Department of Pharmacology, Kawasaki Medical School, Kurashiki 701-0192, Japan.
Synapse. 2010 Jun;64(6):440-4. doi: 10.1002/syn.20745.
Although L-type voltage-dependent Ca2+ channels regulate activity-dependent processes including synaptic plasticity and synapse formation, there are few data on the changes of Ca(v)1 channel expression in psychological dependence. This study investigated the role of L-type Ca(v)1 channel expression in the brain of mouse that was psychologically dependent on methamphetamine (2 mg/kg, subcutaneous injection [s.c.]), cocaine (10 mg/kg, s.c.), and morphine (5 mg/kg, s.c.) with the conditioned place preference paradigm. Intracerebroventricular administration of nifedipine (3, 10, and 30 nmol/mouse) dose-dependently reduced the development of methamphetamine-, cocaine-, and morphine-induced rewarding effect. Under such conditions, protein levels of both Ca(v)1.2 and Ca(v)1.3 in the frontal cortex and the limbic forebrain were significantly increased on methamphetamine-, cocaine-, and morphine-induced psychologically dependent mice. These findings suggest that the upregulation of Ca(v)1.2 and Ca(v)1.3 participated in the development of psychological dependence.

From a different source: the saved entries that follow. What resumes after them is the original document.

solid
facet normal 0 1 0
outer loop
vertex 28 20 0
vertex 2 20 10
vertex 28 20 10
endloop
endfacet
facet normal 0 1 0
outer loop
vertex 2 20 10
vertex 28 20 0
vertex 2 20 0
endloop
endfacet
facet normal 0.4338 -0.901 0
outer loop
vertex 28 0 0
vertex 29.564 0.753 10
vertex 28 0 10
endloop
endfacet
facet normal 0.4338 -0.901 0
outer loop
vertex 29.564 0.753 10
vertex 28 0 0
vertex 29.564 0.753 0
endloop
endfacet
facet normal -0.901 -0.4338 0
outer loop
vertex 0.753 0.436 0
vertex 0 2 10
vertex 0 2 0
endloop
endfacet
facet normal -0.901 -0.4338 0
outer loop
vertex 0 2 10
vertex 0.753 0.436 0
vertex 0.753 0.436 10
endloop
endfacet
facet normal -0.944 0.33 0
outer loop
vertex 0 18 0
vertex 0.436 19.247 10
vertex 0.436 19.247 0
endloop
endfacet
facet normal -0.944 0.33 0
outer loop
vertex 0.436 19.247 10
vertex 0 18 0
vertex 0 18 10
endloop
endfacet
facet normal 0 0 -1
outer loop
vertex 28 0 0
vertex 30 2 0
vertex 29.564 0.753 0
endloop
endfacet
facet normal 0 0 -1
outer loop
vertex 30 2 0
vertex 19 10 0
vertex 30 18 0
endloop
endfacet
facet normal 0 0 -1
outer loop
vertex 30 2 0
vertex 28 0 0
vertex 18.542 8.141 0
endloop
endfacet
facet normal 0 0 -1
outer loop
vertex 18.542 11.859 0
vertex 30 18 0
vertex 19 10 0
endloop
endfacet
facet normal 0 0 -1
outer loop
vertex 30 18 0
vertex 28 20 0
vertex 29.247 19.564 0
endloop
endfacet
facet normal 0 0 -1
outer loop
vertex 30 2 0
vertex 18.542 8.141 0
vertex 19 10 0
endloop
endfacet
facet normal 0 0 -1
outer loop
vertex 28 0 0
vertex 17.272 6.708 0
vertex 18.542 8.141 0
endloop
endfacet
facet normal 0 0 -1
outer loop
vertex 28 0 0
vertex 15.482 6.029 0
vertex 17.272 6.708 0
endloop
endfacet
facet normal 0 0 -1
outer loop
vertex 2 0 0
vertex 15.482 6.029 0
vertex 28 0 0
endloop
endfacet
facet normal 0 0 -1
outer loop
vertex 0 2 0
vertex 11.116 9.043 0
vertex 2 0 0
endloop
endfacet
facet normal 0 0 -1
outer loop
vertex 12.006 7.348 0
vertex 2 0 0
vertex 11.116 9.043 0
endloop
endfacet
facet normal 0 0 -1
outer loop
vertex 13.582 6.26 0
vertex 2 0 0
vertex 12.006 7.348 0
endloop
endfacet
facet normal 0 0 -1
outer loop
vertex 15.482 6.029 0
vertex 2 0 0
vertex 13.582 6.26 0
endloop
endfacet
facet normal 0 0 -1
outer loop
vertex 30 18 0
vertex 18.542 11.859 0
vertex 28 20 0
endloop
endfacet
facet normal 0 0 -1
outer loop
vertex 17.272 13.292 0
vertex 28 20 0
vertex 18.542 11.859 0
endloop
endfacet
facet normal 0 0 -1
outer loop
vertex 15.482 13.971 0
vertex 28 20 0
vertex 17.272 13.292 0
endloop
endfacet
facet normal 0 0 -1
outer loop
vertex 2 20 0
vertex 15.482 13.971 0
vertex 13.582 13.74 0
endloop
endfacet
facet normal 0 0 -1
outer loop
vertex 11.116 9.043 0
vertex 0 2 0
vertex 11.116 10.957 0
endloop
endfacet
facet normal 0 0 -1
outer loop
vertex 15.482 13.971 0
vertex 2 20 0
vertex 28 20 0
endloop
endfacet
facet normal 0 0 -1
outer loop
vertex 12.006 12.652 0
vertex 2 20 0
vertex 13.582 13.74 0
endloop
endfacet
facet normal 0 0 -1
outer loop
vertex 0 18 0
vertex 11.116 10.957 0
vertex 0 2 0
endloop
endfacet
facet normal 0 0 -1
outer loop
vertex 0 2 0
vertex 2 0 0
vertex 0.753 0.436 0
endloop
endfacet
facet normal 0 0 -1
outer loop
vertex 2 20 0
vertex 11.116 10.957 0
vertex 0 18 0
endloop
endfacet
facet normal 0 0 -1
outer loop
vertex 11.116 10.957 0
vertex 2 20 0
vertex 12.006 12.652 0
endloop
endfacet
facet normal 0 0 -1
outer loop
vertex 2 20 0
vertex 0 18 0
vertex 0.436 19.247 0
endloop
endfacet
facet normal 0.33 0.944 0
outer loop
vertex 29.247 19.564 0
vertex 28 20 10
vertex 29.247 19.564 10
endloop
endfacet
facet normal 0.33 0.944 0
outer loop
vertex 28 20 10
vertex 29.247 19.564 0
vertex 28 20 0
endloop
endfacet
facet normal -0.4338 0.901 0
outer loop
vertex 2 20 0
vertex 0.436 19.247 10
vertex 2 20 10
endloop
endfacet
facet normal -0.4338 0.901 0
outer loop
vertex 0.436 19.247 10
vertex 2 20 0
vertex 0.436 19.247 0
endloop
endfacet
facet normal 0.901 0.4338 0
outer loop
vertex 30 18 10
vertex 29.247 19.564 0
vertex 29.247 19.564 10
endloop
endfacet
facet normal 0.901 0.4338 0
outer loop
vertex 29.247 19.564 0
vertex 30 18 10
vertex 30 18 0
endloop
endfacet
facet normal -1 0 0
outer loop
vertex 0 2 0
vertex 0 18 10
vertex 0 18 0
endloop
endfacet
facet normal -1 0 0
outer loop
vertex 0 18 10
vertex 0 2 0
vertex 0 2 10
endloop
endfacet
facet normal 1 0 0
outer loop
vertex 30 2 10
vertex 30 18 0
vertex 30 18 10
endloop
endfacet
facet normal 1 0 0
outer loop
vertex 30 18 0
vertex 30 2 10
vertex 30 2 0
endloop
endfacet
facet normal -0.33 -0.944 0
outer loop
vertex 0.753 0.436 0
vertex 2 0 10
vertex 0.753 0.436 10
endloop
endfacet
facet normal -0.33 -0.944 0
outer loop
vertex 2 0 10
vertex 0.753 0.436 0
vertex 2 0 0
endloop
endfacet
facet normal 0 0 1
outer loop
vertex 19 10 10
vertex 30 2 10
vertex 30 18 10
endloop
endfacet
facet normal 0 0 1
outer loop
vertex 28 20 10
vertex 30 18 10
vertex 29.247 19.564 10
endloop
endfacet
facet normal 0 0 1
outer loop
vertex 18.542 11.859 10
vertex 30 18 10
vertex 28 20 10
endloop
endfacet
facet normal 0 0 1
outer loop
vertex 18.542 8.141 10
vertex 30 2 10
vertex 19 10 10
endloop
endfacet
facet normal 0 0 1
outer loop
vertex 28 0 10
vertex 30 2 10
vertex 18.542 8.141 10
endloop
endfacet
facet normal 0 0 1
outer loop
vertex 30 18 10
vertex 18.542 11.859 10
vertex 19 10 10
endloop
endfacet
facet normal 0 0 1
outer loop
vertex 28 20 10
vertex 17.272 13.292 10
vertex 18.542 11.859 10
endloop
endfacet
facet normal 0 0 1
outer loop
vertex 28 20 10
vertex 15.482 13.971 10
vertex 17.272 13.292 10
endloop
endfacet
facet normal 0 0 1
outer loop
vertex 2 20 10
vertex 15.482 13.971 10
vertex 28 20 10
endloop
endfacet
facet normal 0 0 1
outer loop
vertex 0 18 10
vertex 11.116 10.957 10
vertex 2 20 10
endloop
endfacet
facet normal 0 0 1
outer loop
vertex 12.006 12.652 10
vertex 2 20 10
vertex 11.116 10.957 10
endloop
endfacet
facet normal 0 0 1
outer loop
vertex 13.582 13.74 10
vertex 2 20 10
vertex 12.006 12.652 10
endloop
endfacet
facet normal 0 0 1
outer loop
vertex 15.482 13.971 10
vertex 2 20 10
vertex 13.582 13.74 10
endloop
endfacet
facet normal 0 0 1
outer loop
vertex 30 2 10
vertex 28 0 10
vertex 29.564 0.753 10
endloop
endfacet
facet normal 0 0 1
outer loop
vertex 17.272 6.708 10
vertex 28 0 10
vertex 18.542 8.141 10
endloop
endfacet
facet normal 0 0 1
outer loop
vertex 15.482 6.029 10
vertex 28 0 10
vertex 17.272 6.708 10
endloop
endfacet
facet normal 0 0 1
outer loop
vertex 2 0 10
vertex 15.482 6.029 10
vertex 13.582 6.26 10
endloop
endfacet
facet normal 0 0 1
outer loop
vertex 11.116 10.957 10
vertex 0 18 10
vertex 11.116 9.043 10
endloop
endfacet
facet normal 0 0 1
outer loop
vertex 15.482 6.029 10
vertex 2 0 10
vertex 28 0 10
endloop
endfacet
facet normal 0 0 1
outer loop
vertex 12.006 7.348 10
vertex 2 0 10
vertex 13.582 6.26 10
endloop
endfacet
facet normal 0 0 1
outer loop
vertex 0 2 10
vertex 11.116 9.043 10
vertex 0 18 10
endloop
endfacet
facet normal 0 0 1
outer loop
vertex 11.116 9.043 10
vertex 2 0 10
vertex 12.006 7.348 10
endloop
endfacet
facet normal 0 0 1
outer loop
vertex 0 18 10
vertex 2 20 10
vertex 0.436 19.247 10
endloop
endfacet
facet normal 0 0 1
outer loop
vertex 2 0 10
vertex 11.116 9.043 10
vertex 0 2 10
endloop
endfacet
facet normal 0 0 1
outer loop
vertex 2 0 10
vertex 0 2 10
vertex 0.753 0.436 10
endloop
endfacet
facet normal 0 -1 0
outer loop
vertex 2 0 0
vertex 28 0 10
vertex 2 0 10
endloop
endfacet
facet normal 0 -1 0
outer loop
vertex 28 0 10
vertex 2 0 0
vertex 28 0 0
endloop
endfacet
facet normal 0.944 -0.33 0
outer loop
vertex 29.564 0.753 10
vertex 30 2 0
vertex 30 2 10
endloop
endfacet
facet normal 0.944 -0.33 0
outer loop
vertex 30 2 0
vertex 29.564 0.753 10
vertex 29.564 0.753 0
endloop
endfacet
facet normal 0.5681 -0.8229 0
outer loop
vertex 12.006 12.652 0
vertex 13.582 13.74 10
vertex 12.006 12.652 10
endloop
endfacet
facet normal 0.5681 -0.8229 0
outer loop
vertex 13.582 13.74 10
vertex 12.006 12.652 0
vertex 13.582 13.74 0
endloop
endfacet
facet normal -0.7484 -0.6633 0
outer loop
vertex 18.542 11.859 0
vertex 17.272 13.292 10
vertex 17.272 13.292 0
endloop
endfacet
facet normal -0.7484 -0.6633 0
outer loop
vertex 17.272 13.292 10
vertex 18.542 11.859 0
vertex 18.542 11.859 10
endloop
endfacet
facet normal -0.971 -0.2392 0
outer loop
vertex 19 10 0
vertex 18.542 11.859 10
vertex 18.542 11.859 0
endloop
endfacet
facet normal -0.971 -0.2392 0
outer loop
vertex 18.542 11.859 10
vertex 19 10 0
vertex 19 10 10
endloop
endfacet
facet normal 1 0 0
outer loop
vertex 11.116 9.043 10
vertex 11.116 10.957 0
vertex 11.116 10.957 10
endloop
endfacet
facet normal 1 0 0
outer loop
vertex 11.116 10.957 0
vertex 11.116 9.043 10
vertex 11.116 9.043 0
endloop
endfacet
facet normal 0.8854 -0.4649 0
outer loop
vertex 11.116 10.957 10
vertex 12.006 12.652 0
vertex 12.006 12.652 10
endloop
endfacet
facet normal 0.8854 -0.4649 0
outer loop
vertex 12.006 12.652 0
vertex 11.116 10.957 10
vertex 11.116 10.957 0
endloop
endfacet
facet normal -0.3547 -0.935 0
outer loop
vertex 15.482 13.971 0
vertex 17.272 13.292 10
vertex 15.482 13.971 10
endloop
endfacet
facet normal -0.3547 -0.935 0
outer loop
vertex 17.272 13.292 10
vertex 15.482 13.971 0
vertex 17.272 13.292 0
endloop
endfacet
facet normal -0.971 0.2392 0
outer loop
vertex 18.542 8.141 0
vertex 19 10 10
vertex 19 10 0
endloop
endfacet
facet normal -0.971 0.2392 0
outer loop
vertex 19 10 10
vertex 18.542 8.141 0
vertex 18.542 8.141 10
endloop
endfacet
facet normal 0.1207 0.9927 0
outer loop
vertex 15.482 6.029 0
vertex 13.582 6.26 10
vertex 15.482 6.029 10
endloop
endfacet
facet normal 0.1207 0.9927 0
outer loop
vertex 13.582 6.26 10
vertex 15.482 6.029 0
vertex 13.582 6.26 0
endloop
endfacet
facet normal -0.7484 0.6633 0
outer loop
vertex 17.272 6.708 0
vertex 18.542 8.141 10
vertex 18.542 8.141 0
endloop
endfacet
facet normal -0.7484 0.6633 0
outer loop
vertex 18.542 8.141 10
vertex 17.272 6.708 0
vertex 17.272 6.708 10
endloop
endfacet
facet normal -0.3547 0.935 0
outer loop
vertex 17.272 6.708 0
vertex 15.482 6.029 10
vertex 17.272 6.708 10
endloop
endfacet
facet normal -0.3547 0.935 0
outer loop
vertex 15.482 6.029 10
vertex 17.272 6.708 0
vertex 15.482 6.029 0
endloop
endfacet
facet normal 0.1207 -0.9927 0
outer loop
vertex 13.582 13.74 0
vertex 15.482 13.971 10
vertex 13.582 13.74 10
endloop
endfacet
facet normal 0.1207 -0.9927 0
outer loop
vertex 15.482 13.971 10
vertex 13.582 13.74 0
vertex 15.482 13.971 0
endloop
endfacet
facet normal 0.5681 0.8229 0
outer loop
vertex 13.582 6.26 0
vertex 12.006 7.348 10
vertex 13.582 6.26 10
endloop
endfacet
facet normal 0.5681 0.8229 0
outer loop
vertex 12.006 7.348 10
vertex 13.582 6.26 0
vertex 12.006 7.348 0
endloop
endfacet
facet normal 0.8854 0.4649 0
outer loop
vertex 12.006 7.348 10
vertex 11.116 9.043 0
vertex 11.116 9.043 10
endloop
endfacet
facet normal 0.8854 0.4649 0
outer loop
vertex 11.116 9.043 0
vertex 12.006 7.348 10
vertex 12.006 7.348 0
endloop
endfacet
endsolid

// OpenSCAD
// Stage 2 of docs/audits/exact-geometry-rust.md: extrusions.
// A plate with rounded corners (offset(r) after offset(delta)) and a drilled hole.
// volume: 5463.008881569225
difference() {
  linear_extrude(10) offset(r=2) offset(delta=-2) square([30, 20]);
  translate([15, 10, -1]) cylinder(r=4, h=12);
}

尽管 L 型电压依赖性 Ca2+ 通道调节包括突触可塑性和突触形成在内的活动依赖性过程,但关于 Ca(v)1 通道表达在心理依赖中的变化的数据很少。本研究通过条件性位置偏爱范式,调查了 L 型 Ca(v)1 通道表达在对安非他命(2mg/kg,皮下注射[s.c.])、可卡因(10mg/kg,s.c.)和吗啡(5mg/kg,s.c.)产生心理依赖的小鼠大脑中的作用。脑室内给予硝苯地平(3、10 和 30nmol/只小鼠)可剂量依赖性地减少安非他命、可卡因和吗啡诱导的奖赏效应的产生。在这种情况下,在前脑皮层和边缘前脑的 Ca(v)1.2 和 Ca(v)1.3 蛋白水平在安非他命、可卡因和吗啡诱导的心理依赖小鼠中显著增加。这些发现表明,Ca(v)1.2 和 Ca(v)1.3 的上调参与了心理依赖的发展。